I asked Warren, as I turned over this essay in my head, about his college years. He lived at home, he commuted to Ohio State, his parents and a music scholarship paid for his tuition. He worked summers, but not during the school year.
"What about clothes when you were in college?"
Warren reflected a moment. His parents, he said. "I was still part of the family."
"I was still part of the family." My parents did not buy me clothes or shoes after I went to college. It would have been the same had I gone to work after high school or into the military, as my two younger brothers did. That was part of being responsible for yourself after graduating from high school. Writers in This Fine Place made similar observations about their experiences. In many working class families, you are on your own once you hit adulthood.
I think of my own children, who grew up in a family just hanging onto the middle class by our fingernails. There was never quite enough money (huge quantities of it going into alcohol); we never quite managed to give Ben and Sam the financial support they really needed. They weren't deprived, but it could have been better. To a large extent, their trajectories mirrored mine: on their own once they went to college (Ben) or moved out (Sam). Ben, who went off to an expensive small liberal arts college (paid for, like his mother before him, with financial aid and school loans), once observed that, except for the students from 3rd world countries at Reed, he was the poorest student there. I don't doubt it. Sam, who has been self-supporting since turning 18, recently commented that he wished he had had a much better exposure to what traditional 4-year and community colleges had to offer before he made some of the educational choices he did. They are both making it, but they have had their own financial and class struggles along the way.
When I facilitate workshops on implicit bias, one of the group exercises we do is a social identity wheel. A social identity wheel is a way to explore how you see yourself. What markers (gender, race, religion, for example) are important to how you identify yourself? I always identity myself first as working class—before race, before gender, before education, before anything.
My friend Katrina (the same Katrina of above) discussed my explanation of the social identity wheel with her husband, who objected to my self-identifying as working class. I do not have her letter at hand (and with it being upstairs, it is for all intensive purposes out of reach), but I remember that among his objections were that I was bright and well-educated. When I co-facilitated an implicit bias workshop at court and shared my identity, I saw disbelief on the faces of some of my co-workers. They may have been thinking the same thing as Katrina's husband. April? Working class? But she's bright. And well-educated....
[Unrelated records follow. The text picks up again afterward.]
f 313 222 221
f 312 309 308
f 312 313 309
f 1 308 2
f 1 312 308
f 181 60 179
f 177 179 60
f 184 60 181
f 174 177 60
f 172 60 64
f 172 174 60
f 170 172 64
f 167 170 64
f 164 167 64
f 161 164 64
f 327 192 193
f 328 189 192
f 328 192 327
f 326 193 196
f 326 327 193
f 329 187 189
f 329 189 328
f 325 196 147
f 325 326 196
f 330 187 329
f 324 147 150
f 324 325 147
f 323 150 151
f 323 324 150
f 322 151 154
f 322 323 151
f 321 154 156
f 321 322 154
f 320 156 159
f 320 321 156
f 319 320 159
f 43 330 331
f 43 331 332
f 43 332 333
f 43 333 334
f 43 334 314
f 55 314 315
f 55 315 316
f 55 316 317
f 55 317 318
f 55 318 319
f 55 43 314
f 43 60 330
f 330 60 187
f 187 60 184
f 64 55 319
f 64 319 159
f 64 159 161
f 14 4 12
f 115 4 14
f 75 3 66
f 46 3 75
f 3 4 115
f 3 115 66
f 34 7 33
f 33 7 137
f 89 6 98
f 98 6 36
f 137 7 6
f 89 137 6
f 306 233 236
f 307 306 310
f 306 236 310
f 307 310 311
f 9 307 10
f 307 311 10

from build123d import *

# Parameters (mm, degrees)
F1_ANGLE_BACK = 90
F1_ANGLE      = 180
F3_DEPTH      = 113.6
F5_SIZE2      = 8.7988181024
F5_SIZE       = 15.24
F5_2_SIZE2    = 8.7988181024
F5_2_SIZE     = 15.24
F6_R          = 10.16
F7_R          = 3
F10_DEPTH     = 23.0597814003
Yes, I am. And so is my son Sam, who is now a welder. The working class contains lots of us who fit that category.
I always identify as working class. Because that is what I am and that is what I will always be, no matter how far I come from my childhood.
And after reading This Fine Place, I know I am not alone.
2 comments:
An interesting and thought-provoking post.
I had one phone call with my parents per quarter, and yes, using that convoluted system to keep the long distance charges as low as possible! All other communication with friends and family was via US mail. Every Monday, my father wrote me a several page letter to provide an account of everything going on in Portland. Letters from my mother were less frequent, but regular. I still have those letters somewhere in a big box in storage. They are one of those projects I never seem to have time to tackle, but look forward to rereading.
I look forward to having a robust discussion about the topic of this posting, probably not easy via email!